Result: he apologizes, extends our deadline, and I get a round of applause from other juniors who would have to deal with me had I failed.
Never am I happier to not work as an underpaid cannon fodder apprentice in a shitty consultant firm. -
Airflow… airflow… I hate you so freaking much, you are a bloated piece of software that packages wayyy too much and increase the complexity of any solution we built on top of you. Plus unit-testing and integration tests are wayyy too difficult with you. But man… your recent UI changes are a massive welcome.
A year ago I was tasked with either upgrading airflow to version 2 or to migrate the code to another tool. Naively I thought “well might as well upgrade to avoid a rewrite”. Little did I know that the reason airflow didn’t scale out well for us, was due to people over the years not having a grasp on airflow primitives like “pools”, “workers” and “operators”. Ended up refactoring the entire codebase for both infra and DAGs anyhow AND upgrading the beast AND lower cost by a factor of 2 (from $100-$150 daily to $50-$70 daily).
But seriously feels like I could’ve solved the scheduling issue with literally any message queue+decent library (like celery or Faust) and I’d have half the headache.3 -
I started working with Luigi, the workflow manager for a data-science project.
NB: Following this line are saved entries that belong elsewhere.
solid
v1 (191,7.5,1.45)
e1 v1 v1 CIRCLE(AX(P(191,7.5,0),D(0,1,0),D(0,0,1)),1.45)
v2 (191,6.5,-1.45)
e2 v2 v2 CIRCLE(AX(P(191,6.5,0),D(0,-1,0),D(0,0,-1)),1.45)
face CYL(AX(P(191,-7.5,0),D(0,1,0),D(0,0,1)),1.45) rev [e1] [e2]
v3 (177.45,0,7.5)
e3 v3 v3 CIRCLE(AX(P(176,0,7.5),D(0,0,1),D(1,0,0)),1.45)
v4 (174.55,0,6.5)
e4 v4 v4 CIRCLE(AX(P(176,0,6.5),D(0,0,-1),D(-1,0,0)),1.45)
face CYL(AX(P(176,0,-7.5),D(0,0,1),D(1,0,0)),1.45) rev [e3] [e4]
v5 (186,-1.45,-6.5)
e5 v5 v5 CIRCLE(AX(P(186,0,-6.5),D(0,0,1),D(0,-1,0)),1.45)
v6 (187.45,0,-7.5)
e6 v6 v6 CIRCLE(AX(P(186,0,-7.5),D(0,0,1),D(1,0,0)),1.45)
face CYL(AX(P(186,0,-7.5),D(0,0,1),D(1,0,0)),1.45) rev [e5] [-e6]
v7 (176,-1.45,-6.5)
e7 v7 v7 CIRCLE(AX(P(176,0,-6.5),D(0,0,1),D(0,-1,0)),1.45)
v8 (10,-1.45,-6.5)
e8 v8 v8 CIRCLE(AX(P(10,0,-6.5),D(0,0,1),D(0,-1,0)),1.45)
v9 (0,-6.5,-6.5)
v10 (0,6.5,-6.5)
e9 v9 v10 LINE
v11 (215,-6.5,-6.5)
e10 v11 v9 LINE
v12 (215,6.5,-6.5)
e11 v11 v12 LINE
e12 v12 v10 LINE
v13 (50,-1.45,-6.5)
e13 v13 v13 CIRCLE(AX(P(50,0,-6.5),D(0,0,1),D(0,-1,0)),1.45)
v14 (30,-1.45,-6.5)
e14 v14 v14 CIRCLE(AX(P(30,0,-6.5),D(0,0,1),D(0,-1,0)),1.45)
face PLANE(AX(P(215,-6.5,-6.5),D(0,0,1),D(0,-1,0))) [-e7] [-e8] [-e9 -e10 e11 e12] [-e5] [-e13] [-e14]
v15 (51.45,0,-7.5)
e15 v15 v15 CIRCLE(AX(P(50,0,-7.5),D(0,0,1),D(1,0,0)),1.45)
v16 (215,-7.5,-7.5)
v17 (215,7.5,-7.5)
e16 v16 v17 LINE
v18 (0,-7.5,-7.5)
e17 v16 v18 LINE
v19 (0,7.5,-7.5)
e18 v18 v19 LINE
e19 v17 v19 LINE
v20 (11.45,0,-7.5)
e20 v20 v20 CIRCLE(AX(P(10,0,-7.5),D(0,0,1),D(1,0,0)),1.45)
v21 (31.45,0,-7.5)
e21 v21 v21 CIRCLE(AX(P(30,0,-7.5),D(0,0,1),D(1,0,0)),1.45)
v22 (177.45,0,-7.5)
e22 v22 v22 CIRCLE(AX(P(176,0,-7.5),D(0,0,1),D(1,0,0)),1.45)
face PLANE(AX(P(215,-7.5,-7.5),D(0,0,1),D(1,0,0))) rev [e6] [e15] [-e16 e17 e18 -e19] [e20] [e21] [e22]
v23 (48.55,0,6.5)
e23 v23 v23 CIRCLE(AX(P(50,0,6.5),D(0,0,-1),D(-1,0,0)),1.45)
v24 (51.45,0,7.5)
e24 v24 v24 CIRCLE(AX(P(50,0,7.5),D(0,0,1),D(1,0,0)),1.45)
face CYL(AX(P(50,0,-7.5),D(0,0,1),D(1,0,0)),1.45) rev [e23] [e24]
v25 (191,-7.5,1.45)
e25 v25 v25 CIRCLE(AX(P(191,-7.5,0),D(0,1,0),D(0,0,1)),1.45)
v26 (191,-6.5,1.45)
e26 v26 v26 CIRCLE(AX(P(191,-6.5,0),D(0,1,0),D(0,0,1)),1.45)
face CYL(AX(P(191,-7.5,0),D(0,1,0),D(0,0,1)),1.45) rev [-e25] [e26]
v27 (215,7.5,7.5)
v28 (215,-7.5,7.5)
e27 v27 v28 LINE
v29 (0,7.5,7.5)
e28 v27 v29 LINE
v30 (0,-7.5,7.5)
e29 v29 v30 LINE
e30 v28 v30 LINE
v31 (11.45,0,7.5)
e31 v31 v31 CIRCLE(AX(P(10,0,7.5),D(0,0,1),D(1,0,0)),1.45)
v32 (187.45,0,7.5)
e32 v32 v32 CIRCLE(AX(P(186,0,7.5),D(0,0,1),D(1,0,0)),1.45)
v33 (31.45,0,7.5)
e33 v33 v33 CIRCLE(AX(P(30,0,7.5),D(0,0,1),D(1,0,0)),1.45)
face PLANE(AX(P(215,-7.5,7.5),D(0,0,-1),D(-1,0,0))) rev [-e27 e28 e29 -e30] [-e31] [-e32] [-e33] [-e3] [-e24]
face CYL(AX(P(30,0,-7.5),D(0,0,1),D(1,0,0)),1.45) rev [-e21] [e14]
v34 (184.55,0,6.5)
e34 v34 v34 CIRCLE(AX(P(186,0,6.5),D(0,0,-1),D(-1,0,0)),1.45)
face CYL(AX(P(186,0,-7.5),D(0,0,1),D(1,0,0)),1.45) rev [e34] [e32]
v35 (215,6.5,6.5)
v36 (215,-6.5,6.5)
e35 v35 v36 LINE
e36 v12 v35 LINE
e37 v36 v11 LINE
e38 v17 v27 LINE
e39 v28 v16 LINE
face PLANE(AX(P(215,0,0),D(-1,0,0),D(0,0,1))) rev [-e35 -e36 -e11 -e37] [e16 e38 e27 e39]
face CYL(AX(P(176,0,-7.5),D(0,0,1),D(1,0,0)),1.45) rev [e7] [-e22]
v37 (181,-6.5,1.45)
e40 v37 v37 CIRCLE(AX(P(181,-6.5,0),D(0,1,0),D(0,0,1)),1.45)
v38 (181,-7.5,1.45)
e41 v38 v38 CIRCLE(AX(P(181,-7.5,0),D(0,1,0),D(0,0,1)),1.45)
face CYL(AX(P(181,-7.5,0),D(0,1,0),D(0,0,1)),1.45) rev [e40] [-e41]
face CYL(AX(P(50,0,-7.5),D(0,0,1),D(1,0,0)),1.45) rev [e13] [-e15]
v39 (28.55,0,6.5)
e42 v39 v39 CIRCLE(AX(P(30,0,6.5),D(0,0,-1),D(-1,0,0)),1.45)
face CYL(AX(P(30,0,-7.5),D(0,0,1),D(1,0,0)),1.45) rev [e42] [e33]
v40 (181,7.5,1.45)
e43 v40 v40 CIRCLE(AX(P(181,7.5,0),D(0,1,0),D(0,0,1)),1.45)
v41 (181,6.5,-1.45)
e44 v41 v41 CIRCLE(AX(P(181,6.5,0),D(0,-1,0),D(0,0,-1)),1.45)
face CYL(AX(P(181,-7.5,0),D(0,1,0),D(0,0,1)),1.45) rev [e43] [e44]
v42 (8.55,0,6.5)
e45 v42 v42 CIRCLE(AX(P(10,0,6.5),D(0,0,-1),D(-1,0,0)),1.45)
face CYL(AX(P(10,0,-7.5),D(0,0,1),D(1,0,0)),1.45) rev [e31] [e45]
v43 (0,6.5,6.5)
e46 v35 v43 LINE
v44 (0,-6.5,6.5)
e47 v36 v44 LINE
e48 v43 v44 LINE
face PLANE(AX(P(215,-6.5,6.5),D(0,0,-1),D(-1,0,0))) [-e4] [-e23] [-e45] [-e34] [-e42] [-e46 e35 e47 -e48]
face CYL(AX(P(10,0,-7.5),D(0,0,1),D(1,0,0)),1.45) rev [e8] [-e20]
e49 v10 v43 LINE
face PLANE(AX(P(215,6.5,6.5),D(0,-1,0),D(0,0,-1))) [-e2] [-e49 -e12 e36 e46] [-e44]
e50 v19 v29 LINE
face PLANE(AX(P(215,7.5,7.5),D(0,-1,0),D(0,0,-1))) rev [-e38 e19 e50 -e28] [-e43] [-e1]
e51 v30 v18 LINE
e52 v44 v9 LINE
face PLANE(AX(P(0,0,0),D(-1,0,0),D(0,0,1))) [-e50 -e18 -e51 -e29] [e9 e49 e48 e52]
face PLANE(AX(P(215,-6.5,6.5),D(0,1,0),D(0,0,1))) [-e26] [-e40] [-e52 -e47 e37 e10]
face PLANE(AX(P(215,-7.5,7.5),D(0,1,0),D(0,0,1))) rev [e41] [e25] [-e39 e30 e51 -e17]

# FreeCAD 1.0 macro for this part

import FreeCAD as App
import Part
import Sketcher

V = App.Vector


def add_polygon(sketch, points):
    """Adds a closed chain of lines whose ends are joined by coincident constraints."""
    first, n = sketch.GeometryCount, len(points)
    for a, b in zip(points, points[1:] + points[:1]):
        sketch.addGeometry(Part.LineSegment(App.Vector(*a, 0), App.Vector(*b, 0)), False)
    for i in range(n):
        sketch.addConstraint(Sketcher.Constraint("Coincident", first + i, 2, first + (i + 1) % n, 1))

doc = App.newDocument("Part")
params = doc.addObject("Spreadsheet::Sheet", "Params")
for row, (alias, value) in enumerate([
    ("sketch1_width", "15 mm"),
    ("sketch1_width2", "13 mm"),
    ("pad1_length", "215 mm"),
    ("sketch2_diameter", "2.9 mm"),
    ("sketch3_diameter", "2.9 mm"),
], start=1):
    params.set(f"A{row}", alias)
    params.set(f"B{row}", "=" + value)
    params.setAlias(f"B{row}", alias)

body = doc.addObject("PartDesign::Body", "Body")

sketch1 = body.newObject("Sketcher::SketchObject", "Sketch")
sketch1.AttachmentSupport = (doc.getObject("YZ_Plane"), [""])
sketch1.MapMode = "FlatFace"
add_polygon(sketch1, [(8, 8), (-8, 8), (-8, -8), (8, -8)])
add_polygon(sketch1, [(-6, -6), (-6, 6), (6, 6), (6, -6)])
sketch1.addConstraint([
    Sketcher.Constraint("Horizontal", 0),
    Sketcher.Constraint("Vertical", 1),
    Sketcher.Constraint("Horizontal", 2),
    Sketcher.Constraint("Vertical", 3),
    Sketcher.Constraint("Vertical", 4),
    Sketcher.Constraint("Horizontal", 5),
    Sketcher.Constraint("Vertical", 6),
    Sketcher.Constraint("Horizontal", 7),
    Sketcher.Constraint("Symmetric", 0, 2, 2, 2, -1, 1),
    Sketcher.Constraint("Symmetric", 4, 2, 6, 2, -1, 1),
    Sketcher.Constraint("Equal", 2, 1),
    Sketcher.Constraint("Equal", 7, 4),
    Sketcher.Constraint("DistanceX", 0, 2, 0, 1, 15.0),
    Sketcher.Constraint("DistanceX", 5, 1, 5, 2, 13.0),
])
sketch1.setExpression("Constraints[20]", "Params.sketch1_width")
sketch1.setExpression("Constraints[21]", "Params.sketch1_width2")
pad1 = body.newObject("PartDesign::Pad", "Pad")
pad1.Profile = sketch1
pad1.setExpression("Length", "Params.pad1_length")

sketch2 = body.newObject("Sketcher::SketchObject", "Sketch001")
sketch2.AttachmentSupport = (doc.getObject("XY_Plane"), [""])
sketch2.MapMode = "FlatFace"
sketch2.AttachmentOffset = App.Placement(V(0, 0, 7.5), App.Rotation())
sketch2.addGeometry([
    Part.Circle(V(50, 0, 0), V(0, 0, 1), 1.4),
    Part.Circle(V(30, 0, 0), V(0, 0, 1), 1.4),
    Part.Circle(V(10, 0, 0), V(0, 0, 1), 1.4),
    Part.Circle(V(186, 0, 0), V(0, 0, 1), 1.4),
    Part.Circle(V(176, 0, 0), V(0, 0, 1), 1.4),
], False)
sketch2.addConstraint([
    Sketcher.Constraint("Equal", 0, 1),
    Sketcher.Constraint("Equal", 1, 2),
    Sketcher.Constraint("Equal", 2, 3),
    Sketcher.Constraint("Equal", 3, 4),
    Sketcher.Constraint("PointOnObject", 0, 3, -1),
    Sketcher.Constraint("PointOnObject", 1, 3, -1),
    Sketcher.Constraint("PointOnObject", 2, 3, -1),
    Sketcher.Constraint("PointOnObject", 3, 3, -1),
    Sketcher.Constraint("PointOnObject", 4, 3, -1),
    Sketcher.Constraint("Diameter", 0, 2.9),
    Sketcher.Constraint("DistanceX", -1, 1, 0, 3, 50.0),
    Sketcher.Constraint("DistanceX", -1, 1, 1, 3, 30.0),
    Sketcher.Constraint("DistanceX", -1, 1, 2, 3, 10.0),
    Sketcher.Constraint("DistanceX", -1, 1, 3, 3, 186.0),
    Sketcher.Constraint("DistanceX", -1, 1, 4, 3, 176.0),
])
sketch2.setExpression("Constraints[9]", "Params.sketch2_diameter")
pocket1 = body.newObject("PartDesign::Pocket", "Pocket")
pocket1.Profile = sketch2
pocket1.Type = "ThroughAll"

sketch3 = body.newObject("Sketcher::SketchObject", "Sketch002")
sketch3.AttachmentSupport = (doc.getObject("XZ_Plane"), [""])
sketch3.MapMode = "FlatFace"
sketch3.AttachmentOffset = App.Placement(V(0, 0, -7.5), App.Rotation())
sketch3.addGeometry([
    Part.Circle(V(191, 0, 0), V(0, 0, 1), 1.4),
    Part.Circle(V(181, 0, 0), V(0, 0, 1), 1.4),
], False)
sketch3.addConstraint([
    Sketcher.Constraint("Equal", 0, 1),
    Sketcher.Constraint("PointOnObject", 0, 3, -1),
    Sketcher.Constraint("PointOnObject", 1, 3, -1),
    Sketcher.Constraint("Diameter", 0, 2.9),
    Sketcher.Constraint("DistanceX", -1, 1, 0, 3, 191.0),
    Sketcher.Constraint("DistanceX", -1, 1, 1, 3, 181.0),
])
sketch3.setExpression("Constraints[3]", "Params.sketch3_diameter")
pocket2 = body.newObject("PartDesign::Pocket", "Pocket001")
pocket2.Profile = sketch3
pocket2.Type = "ThroughAll"
pocket2.Reversed = True

doc.recompute()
Any input on how to test the Tasks or how does it compare to Airflow?
-
Making distributed scheduler that queue and run tasks on containers or other executors in future and also pulls new tasks from defined git repositories.
Tasks are added based on simple yaml configuration.
Need that for my side projects that gather data from multiple sources from time to time.
k8s looks to heavy for that and airflow can’t be configured like I want it to be so I started writing my own on Monday.
Nearly finished poc version.2 -
I really want to switch my career from being a Full-Stack python/javascript developer to be a Data Engineer.
I've already worked with relational and non-relational databases, troubleshooted a couple of Airflow DAGs, deployed production-ready python code but now I feel kinda lost, every course I start on the Data engineering topic feels really useless since I feel like I've already worked with that technology/library, but I'm still afraid of start taking interviews.
Any good book/course or resource that I should look in?
BTW first rant in a couple of years, this brings me memories1 -
Working on a feature which heavies relies on a data pipeline. I noticed it is a couple of lambda functions calling each other ( Fuck you to the guy who made it). The best way to get sanity back is build a proper etl pipeline. Any suggestions for building a etl in python with reliability.
Options already considered
1. Celery tasks - Worked well but no overview of the single task progress across celery tasks
2. Airflow - Gives good overview but the docs make less sense than a 10 yr talking. Mostly because they introduced a new syntax and not everything has migrated fully yet. Also no support for reusing dags2 -
Does someone know how to set up plugins for airflow?
In particular do you know how I set the PYTHONPATH env var for the docker container to Import my custom airflow plugin?